**** Provided information

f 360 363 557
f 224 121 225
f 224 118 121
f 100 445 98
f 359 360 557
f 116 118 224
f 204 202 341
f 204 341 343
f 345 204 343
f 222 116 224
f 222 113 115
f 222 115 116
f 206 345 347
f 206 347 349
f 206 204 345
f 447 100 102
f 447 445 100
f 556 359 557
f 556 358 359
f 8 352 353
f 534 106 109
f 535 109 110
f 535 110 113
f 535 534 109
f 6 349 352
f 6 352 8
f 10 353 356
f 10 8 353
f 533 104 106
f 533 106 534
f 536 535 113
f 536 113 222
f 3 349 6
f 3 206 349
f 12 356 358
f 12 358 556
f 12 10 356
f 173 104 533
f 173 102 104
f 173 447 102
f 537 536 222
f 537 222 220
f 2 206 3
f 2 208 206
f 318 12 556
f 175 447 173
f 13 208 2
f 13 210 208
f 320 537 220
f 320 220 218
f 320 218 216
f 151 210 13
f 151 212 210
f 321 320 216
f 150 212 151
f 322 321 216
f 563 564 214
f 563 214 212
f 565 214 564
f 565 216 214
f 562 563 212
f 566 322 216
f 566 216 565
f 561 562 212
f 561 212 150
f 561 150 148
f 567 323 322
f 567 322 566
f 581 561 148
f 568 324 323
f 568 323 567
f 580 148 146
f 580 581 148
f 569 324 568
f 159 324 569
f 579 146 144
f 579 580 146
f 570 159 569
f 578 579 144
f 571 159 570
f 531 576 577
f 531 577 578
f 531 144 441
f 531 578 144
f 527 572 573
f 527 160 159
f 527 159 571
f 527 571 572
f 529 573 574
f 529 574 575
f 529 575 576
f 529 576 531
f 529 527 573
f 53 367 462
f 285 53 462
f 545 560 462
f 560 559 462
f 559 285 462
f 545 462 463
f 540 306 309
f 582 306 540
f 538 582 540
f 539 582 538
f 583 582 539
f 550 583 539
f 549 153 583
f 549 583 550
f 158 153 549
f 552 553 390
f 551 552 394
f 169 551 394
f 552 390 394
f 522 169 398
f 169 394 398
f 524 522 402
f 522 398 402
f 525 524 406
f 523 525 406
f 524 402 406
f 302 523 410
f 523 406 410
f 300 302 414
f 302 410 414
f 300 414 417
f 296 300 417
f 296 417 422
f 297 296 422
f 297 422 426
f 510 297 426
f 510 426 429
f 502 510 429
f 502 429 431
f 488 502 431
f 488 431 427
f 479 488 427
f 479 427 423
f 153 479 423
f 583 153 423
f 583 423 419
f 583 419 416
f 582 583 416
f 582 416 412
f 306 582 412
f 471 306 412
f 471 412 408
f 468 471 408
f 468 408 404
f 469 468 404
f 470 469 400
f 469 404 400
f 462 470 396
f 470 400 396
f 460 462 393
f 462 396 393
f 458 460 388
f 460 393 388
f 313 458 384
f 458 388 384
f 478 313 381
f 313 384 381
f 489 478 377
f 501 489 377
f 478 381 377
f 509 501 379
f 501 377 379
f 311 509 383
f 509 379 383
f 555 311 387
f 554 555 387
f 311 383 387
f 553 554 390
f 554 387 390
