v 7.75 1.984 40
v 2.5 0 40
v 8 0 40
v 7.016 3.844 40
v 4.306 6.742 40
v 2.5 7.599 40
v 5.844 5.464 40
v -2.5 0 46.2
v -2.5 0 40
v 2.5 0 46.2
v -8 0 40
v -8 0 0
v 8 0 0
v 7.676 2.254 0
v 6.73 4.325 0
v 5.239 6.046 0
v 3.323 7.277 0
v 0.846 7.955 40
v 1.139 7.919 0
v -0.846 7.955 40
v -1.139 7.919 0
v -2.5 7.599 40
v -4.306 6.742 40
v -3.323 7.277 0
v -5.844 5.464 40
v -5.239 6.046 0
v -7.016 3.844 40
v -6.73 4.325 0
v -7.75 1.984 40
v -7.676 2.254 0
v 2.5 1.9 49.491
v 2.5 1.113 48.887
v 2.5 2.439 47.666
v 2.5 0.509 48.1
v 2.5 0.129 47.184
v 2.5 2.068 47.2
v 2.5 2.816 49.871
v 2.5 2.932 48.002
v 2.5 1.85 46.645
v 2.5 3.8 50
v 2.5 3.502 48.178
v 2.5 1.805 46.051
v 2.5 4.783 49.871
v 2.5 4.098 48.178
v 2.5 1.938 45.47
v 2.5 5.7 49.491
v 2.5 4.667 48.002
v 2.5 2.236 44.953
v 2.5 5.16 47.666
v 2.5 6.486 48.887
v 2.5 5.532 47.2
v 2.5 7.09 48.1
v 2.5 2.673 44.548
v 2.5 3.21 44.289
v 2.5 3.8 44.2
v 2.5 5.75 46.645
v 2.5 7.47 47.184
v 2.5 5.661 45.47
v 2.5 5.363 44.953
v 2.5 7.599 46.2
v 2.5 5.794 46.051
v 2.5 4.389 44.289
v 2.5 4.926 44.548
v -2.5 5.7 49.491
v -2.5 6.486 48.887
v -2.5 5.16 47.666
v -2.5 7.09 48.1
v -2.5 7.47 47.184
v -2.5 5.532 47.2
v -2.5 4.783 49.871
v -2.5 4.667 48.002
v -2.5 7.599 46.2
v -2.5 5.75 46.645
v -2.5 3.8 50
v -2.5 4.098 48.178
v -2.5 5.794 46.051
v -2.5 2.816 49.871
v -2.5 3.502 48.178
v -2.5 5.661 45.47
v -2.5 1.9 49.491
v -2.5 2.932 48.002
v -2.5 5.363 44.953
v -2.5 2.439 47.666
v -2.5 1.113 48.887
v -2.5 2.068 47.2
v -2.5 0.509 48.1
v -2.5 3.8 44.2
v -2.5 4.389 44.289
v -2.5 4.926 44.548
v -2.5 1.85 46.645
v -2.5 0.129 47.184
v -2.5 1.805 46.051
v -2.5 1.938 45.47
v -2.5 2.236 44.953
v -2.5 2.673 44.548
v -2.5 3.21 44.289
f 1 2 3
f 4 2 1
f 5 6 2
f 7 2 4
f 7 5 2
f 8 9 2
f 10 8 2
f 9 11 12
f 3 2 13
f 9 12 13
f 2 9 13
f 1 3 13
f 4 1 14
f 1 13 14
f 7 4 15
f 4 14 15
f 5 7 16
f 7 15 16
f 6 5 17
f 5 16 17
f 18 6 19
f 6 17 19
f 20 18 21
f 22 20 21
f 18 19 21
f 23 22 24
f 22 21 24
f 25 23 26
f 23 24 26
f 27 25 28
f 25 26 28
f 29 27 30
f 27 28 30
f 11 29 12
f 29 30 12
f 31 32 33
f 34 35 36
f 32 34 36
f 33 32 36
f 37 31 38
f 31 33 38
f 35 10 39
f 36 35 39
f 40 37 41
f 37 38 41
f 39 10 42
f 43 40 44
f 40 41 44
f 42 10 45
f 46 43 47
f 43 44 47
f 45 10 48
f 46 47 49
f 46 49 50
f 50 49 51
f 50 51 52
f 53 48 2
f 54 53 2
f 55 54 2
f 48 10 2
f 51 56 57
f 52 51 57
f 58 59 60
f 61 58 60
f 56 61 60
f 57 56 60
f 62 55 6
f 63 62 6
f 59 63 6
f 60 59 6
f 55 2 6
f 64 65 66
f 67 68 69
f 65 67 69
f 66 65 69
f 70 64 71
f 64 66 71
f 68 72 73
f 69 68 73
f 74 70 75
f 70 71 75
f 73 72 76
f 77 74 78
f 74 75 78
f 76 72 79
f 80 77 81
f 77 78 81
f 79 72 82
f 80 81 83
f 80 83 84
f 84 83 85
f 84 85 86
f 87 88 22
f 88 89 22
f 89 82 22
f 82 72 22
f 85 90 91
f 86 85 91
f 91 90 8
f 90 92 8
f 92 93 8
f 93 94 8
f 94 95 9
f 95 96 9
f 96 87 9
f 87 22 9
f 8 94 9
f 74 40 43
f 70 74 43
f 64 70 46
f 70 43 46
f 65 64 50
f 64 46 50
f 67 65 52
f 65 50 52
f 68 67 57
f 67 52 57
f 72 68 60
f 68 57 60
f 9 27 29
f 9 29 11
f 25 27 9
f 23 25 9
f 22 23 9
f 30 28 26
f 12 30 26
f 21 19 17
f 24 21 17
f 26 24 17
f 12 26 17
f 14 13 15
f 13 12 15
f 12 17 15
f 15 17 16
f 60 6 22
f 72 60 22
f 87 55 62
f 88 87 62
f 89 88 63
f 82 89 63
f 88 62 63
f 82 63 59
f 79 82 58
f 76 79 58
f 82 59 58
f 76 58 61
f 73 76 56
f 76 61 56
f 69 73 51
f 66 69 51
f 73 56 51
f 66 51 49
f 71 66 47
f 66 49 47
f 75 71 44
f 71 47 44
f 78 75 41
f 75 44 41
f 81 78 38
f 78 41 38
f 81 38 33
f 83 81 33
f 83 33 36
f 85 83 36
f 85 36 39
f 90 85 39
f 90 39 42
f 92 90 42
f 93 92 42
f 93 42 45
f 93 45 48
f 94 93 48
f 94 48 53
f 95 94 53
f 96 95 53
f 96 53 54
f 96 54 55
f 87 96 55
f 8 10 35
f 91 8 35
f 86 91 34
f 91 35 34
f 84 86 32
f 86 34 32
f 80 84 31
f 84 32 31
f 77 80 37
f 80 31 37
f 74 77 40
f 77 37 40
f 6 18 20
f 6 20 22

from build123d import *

# Parameters (mm, degrees)
EXTRUDE_1_DEPTH     = 40
EXTRUDE_2_DEPTH     = 10
CUT_EXTRUDE_1_REACH = 53.713
CUT_EXTRUDE_2_REACH = 53.713


with BuildPart() as part:
    # 스케치1 → 보스-돌출1 (new body)
    with BuildSketch(Plane.XY):
        with BuildLine():
            ThreePointArc((8, 0), (0, 8), (-8, 0))
            Line((-8, 0), (-4, 0))
            ThreePointArc((-4, 0), (0, 4), (4, 0))
            Line((4, 0), (8, 0))
        make_face()
        with BuildLine():
            ThreePointArc((4, 0), (0, 4), (-4, 0))
            Line((-4, 0), (4, 0))
        make_face()
    extrude(amount=EXTRUDE_1_DEPTH)

    # 스케치6 → 보스-돌출2 (add)
    with BuildSketch(Plane.XY.offset(40)):
        Polygon((0, 0), (2.5, 0), (2.5, 7.599342077), (-2.5, 7.599342077), (-2.5, 0), align=None)
    extrude(amount=EXTRUDE_2_DEPTH)

    # 스케치8 → 컷-돌출1 (cut, up to next)
    with BuildSketch(Plane(origin=(2.5, 0, 0), x_dir=(0, 0, -1), z_dir=(1, 0, 0)), mode=Mode.PRIVATE) as cut_extrude_1_sk1:
        with BuildLine():
            Line((-50, 7.599342077), (-50, 3.799671038))
            ThreePointArc((-50, 3.799671038), (-48.887102119, 6.486444196), (-46.200328962, 7.599342077))
            Line((-46.200328962, 7.599342077), (-50, 7.599342077))
        make_face()
    cut_extrude_1_tool1 = extrude(cut_extrude_1_sk1.sketch, amount=-CUT_EXTRUDE_1_REACH, mode=Mode.PRIVATE) & part.part
    # 스케치8 → 컷-돌출1 (cut, up to next)
    with BuildSketch(Plane(origin=(2.5, 0, 0), x_dir=(0, 0, -1), z_dir=(1, 0, 0)), mode=Mode.PRIVATE) as cut_extrude_1_sk2:
        with BuildLine():
            ThreePointArc((-46.200328962, 0), (-48.887102119, 1.112897881), (-50, 3.799671038))
            Line((-50, 3.799671038), (-50, 0))
            Line((-50, 0), (-46.200328962, 0))
        make_face()
    cut_extrude_1_tool2 = extrude(cut_extrude_1_sk2.sketch, amount=-CUT_EXTRUDE_1_REACH, mode=Mode.PRIVATE) & part.part
    add(cut_extrude_1_tool1.solids().sort_by_distance((2.5, 6.750617, 49.151275))[0], mode=Mode.SUBTRACT)
    add(cut_extrude_1_tool2.solids().sort_by_distance((2.5, 0.848725, 49.151275))[0], mode=Mode.SUBTRACT)

    # 스케치8<4> → 컷-돌출2 (cut, up to next)
    with BuildSketch(Plane(origin=(2.5, 0, 0), x_dir=(0, 0, -1), z_dir=(1, 0, 0)), mode=Mode.PRIVATE) as cut_extrude_2_sk1:
        with BuildLine():
            ThreePointArc((-48.200328962, 3.799671038), (-46.200328962, 1.799671038), (-44.200328962, 3.799671038))
            Line((-44.200328962, 3.799671038), (-48.200328962, 3.799671038))
        make_face()
    cut_extrude_2_tool1 = extrude(cut_extrude_2_sk1.sketch, amount=-CUT_EXTRUDE_2_REACH, mode=Mode.PRIVATE) & part.part
    # 스케치8<4> → 컷-돌출2 (cut, up to next)
    with BuildSketch(Plane(origin=(2.5, 0, 0), x_dir=(0, 0, -1), z_dir=(1, 0, 0)), mode=Mode.PRIVATE) as cut_extrude_2_sk2:
        with BuildLine():
            Line((-48.200328962, 3.799671038), (-44.200328962, 3.799671038))
            ThreePointArc((-44.200328962, 3.799671038), (-46.200328962, 5.799671038), (-48.200328962, 3.799671038))
        make_face()
    cut_extrude_2_tool2 = extrude(cut_extrude_2_sk2.sketch, amount=-CUT_EXTRUDE_2_REACH, mode=Mode.PRIVATE) & part.part
    # 스케치8<4> → 컷-돌출2 (cut, up to next)
    with BuildSketch(Plane(origin=(2.5, 0, 0), x_dir=(0, 0, -1), z_dir=(1, 0, 0)), mode=Mode.PRIVATE) as cut_extrude_2_sk3:
        with BuildLine():
            ThreePointArc((-48.200328962, 3.799671038), (-46.200328962, 1.799671038), (-44.200328962, 3.799671038))
            Line((-44.200328962, 3.799671038), (-48.200328962, 3.799671038))
        make_face()
    cut_extrude_2_tool3 = extrude(cut_extrude_2_sk3.sketch, amount=-CUT_EXTRUDE_2_REACH, mode=Mode.PRIVATE) & part.part
    # 스케치8<4> → 컷-돌출2 (cut, up to next)
    with BuildSketch(Plane(origin=(2.5, 0, 0), x_dir=(0, 0, -1), z_dir=(1, 0, 0)), mode=Mode.PRIVATE) as cut_extrude_2_sk4:
        with BuildLine():
            Line((-48.200328962, 3.799671038), (-44.200328962, 3.799671038))
            ThreePointArc((-44.200328962, 3.799671038), (-46.200328962, 5.799671038), (-48.200328962, 3.799671038))
        make_face()
    cut_extrude_2_tool4 = extrude(cut_extrude_2_sk4.sketch, amount=-CUT_EXTRUDE_2_REACH, mode=Mode.PRIVATE) & part.part
    add(cut_extrude_2_tool1.solids().sort_by_distance((2.5, 2.950845, 46.200329))[0], mode=Mode.SUBTRACT)
    add(cut_extrude_2_tool2.solids().sort_by_distance((2.5, 4.648497, 46.200329))[0], mode=Mode.SUBTRACT)
    add(cut_extrude_2_tool3.solids().sort_by_distance((2.5, 2.950845, 46.200329))[0], mode=Mode.SUBTRACT)
    add(cut_extrude_2_tool4.solids().sort_by_distance((2.5, 4.648497, 46.200329))[0], mode=Mode.SUBTRACT)


solid = part.part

********

The problem - Your answer should be the lines above from the one containing "f 545 462 463" through the one containing "f 524 402 406", copied exactly and with both ends kept.

Solution to the exercise -
f 545 462 463
f 540 306 309
f 582 306 540
f 538 582 540
f 539 582 538
f 583 582 539
f 550 583 539
f 549 153 583
f 549 583 550
f 158 153 549
f 552 553 390
f 551 552 394
f 169 551 394
f 552 390 394
f 522 169 398
f 169 394 398
f 524 522 402
f 522 398 402
f 525 524 406
f 523 525 406
f 524 402 406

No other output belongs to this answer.